17 January 20170 comments

Australia needs to completely revamp its skilled migrant policies and offer more opportunities for permanent migration, according to a new analysis.

The nation should completely rethink the way overseas worker arrivals and numbers are regulated – and just cutting back is not an option, according to associate law professor Joanna Howe from the University of Adelaide.

Prof Joanna Howe

Prof Howe says that for too long migration policy has focused on temporary workers being recruited to fulfil specific areas where jobs shortages are perceived.

She says permanent labour migration is preferable to the issuing of temporary visas in terms of recognising migrants’ contributions and protecting their workplace rights.

Prof Howe says the current system needs to be more transparent and efficient.

“Given the importance of labour migration to Australia’s economic success and social cohesion, it is vital that we get right the regulation of this complex phenomenon,” she said in the report published by the Committee for Economic Development of Australia (CEDA).

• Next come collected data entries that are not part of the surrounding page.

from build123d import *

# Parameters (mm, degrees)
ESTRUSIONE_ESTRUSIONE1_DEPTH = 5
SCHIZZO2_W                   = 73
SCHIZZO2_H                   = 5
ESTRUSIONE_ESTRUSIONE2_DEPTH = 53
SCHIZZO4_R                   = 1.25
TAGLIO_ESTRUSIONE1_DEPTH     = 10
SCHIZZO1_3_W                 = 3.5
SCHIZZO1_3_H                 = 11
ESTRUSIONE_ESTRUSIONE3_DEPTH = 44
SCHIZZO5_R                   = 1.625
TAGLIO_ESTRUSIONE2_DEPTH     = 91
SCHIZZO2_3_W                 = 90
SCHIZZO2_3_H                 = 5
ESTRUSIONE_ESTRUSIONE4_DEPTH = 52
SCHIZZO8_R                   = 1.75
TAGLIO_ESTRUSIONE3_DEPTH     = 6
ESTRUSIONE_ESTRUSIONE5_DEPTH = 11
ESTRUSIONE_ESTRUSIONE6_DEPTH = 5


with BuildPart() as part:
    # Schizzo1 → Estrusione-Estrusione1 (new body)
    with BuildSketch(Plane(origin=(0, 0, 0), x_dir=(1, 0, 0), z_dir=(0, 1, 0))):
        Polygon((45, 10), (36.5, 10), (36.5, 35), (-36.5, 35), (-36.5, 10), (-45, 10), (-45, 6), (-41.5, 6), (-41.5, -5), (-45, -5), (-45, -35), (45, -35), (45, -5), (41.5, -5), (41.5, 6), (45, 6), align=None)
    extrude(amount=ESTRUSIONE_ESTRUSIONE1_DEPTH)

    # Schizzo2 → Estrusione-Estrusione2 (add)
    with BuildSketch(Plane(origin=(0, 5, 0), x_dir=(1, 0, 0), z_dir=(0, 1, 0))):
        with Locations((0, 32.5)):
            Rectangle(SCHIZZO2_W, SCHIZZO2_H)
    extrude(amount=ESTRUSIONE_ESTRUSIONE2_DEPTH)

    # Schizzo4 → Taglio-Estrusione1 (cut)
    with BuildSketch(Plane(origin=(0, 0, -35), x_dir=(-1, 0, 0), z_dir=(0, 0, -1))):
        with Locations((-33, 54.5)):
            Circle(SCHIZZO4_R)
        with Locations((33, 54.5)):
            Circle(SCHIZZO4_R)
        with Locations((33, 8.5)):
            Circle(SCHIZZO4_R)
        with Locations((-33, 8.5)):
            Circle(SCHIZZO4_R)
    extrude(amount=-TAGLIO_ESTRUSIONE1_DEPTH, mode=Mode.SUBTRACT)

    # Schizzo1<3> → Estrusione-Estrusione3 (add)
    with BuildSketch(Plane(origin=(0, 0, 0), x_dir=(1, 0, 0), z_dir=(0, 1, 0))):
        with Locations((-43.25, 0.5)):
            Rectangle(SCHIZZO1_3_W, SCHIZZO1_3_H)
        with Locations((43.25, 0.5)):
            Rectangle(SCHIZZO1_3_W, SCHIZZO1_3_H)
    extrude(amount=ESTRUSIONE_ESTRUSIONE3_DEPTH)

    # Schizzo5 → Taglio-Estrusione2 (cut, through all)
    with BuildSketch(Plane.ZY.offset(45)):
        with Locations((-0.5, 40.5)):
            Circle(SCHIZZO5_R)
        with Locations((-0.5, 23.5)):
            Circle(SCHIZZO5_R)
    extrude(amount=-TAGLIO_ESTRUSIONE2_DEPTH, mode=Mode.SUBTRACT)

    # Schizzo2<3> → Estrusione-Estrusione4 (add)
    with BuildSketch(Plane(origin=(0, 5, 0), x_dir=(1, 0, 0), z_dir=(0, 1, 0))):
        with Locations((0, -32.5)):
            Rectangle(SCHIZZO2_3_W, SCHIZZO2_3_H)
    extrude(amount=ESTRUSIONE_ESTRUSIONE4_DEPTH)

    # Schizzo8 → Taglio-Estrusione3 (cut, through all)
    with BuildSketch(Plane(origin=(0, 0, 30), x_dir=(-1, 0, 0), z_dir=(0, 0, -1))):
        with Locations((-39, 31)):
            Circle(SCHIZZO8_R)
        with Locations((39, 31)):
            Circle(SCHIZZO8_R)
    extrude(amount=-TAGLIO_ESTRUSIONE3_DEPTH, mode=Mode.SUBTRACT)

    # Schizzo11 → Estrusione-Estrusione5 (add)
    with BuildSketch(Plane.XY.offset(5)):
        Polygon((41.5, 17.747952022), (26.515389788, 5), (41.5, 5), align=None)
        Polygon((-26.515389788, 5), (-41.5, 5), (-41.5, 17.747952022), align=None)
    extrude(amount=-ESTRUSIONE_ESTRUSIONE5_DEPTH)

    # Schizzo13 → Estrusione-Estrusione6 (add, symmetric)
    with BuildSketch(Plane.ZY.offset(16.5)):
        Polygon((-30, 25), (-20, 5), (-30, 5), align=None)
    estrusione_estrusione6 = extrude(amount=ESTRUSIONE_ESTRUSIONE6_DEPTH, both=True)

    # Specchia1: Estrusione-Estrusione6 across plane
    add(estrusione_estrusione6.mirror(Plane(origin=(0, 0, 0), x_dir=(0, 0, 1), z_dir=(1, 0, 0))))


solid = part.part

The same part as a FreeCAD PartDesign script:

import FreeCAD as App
import Part
import Sketcher
Q = App.Units.Quantity


def add_polygon(sketch, points):
    """Adds a closed chain of lines whose ends are joined by coincident constraints."""
    first, n = sketch.GeometryCount, len(points)
    for a, b in zip(points, points[1:] + points[:1]):
        sketch.addGeometry(Part.LineSegment(App.Vector(*a, 0), App.Vector(*b, 0)), False)
    for i in range(n):
        sketch.addConstraint(Sketcher.Constraint("Coincident", first + i, 2, first + (i + 1) % n, 1))

doc = App.newDocument("Part")
body = doc.addObject("PartDesign::Body", "Body")

sketch1 = body.newObject("Sketcher::SketchObject", "Sketch")
sketch1.AttachmentSupport = (doc.getObject("XZ_Plane"), [""])
sketch1.MapMode = "FlatFace"
add_polygon(sketch1, [(45, -10), (36.5, -10), (36.5, -35), (-36.5, -35), (-36.5, -10), (-45, -10), (-45, -6), (-41.5, -6), (-41.5, 5), (-45, 5), (-45, 35), (45, 35), (45, 5), (41.5, 5), (41.5, -6), (45, -6)])
sketch1.addConstraint([
    Sketcher.Constraint("Horizontal", 0),
    Sketcher.Constraint("Vertical", 1),
    Sketcher.Constraint("Horizontal", 2),
    Sketcher.Constraint("Vertical", 3),
    Sketcher.Constraint("Horizontal", 4),
    Sketcher.Constraint("Vertical", 5),
    Sketcher.Constraint("Horizontal", 6),
    Sketcher.Constraint("Vertical", 7),
    Sketcher.Constraint("Horizontal", 8),
    Sketcher.Constraint("Vertical", 9),
    Sketcher.Constraint("Horizontal", 10),
    Sketcher.Constraint("Vertical", 11),
    Sketcher.Constraint("Horizontal", 12),
    Sketcher.Constraint("Vertical", 13),
    Sketcher.Constraint("Horizontal", 14),
    Sketcher.Constraint("Vertical", 15),
    Sketcher.Constraint("Symmetric", 0, 2, 3, 2, -2),
    Sketcher.Constraint("Symmetric", 8, 2, 11, 2, -2),
    Sketcher.Constraint("Symmetric", 6, 2, 13, 2, -2),
    Sketcher.Constraint("Vertical", 5, 2, 8, 2),
    Sketcher.Constraint("Vertical", 11, 2, 14, 2),
    Sketcher.Constraint("DistanceX", 2, 2, 2, 1, Q("73 mm")),
    Sketcher.Constraint("DistanceX", 10, 1, 10, 2, Q("90 mm")),
    Sketcher.Constraint("DistanceY", 1, 2, 1, 1, Q("25 mm")),
    Sketcher.Constraint("DistanceY", 5, 1, 5, 2, Q("4 mm")),
    Sketcher.Constraint("DistanceY", 7, 1, 7, 2, Q("11 mm")),
    Sketcher.Constraint("DistanceY", 9, 1, 9, 2, Q("30 mm")),
    Sketcher.Constraint("DistanceX", 6, 1, 6, 2, Q("3.5 mm")),
    Sketcher.Constraint("DistanceY", 0, 2, -1, 1, Q("10 mm")),
])
pad1 = body.newObject("PartDesign::Pad", "Pad")
pad1.Profile = sketch1
pad1.Length = 5
pad1.Reversed = True

sketch2 = body.newObject("Sketcher::SketchObject", "Sketch001")
sketch2.AttachmentSupport = (doc.getObject("XZ_Plane"), [""])
sketch2.MapMode = "FlatFace"
sketch2.AttachmentOffset = App.Placement(App.Vector(0, 0, -5), App.Rotation())
add_polygon(sketch2, [(-36, -35), (-36, -30), (36, -30), (36, -35)])
sketch2.addConstraint([
    Sketcher.Constraint("Vertical", 0),
    Sketcher.Constraint("Horizontal", 1),
    Sketcher.Constraint("Vertical", 2),
    Sketcher.Constraint("Horizontal", 3),
    Sketcher.Constraint("DistanceX", 1, 1, 1, 2, Q("73 mm")),
    Sketcher.Constraint("DistanceY", 0, 1, 0, 2, Q("5 mm")),
    Sketcher.Constraint("DistanceY", 0, 2, -1, 1, Q("30 mm")),
    Sketcher.Constraint("DistanceX", 0, 2, -1, 1, Q("36.5 mm")),
])
pad2 = body.newObject("PartDesign::Pad", "Pad001")
pad2.Profile = sketch2
pad2.Length = 53
pad2.Reversed = True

Prof Howe said that the public ought to back government policies regarding visa regulation but currently the system was “cloaked in secrecy, complexity and a lack of transparency and accountability”.

She said the 457 visa, widely regarded as the mainstay of Australia’s labour migration program which allows workers to work in the country for up to four years in areas where there are skill shortages, is defective because it lets employers decide which occupations have shortages.

She said that as long as an occupation is listed on the Consolidated Sponsored Occupation List (CSOL) and a 457 visa holder is paid a higher annual wage than the minimum amount for temporary skilled migrants, an employer is able to access a 457 visa holder.

She also pointed out that the CSOL is not an occupational shortage list and it actually includes over 600 occupations, many of which are not facing shortages.

“Diehard defenders of the status quo will point to the introduction of employer conducted labour market testing in 2013 as evidence of a requirement that employers need to first advertise jobs locally before hiring a 457 visa holder,” Prof Howe’s report said.

“However, when one realises that a simple Facebook advertisement suffices to meet the Department of Immigration and Border Protection’s (DIBP) very low evidentiary requirement, it becomes clear that employer conducted labour market testing is both weakly enforced and easily evaded,” it said.

A number of significant reviews of the 457 visa program have called for greater limits on employer demand and Prof Howe says that the ‘simplistic notion’ that employers will only go to the trouble and expense of employing a migrant worker when they want to meet a skill shortage skims over a range of motives an employer may have for employing a migrant worker.

“These could be a reluctance to invest in training for existing or prospective staff, a desire to move towards a de-unionised workforce or, for a (perhaps small) minority of employers, a belief that it is easier to avoid paying minimum wage rates and conditions for temporary migrant workers,” she said.

Prof Howe recommended that the Australian Government consider establishing a tripartite, independent commission charged with the compilation of the occupational shortage list for the 457 visa program, which could use an evidence based approach to identify Australia’s labour market needs in a timely, efficient and transparent manner.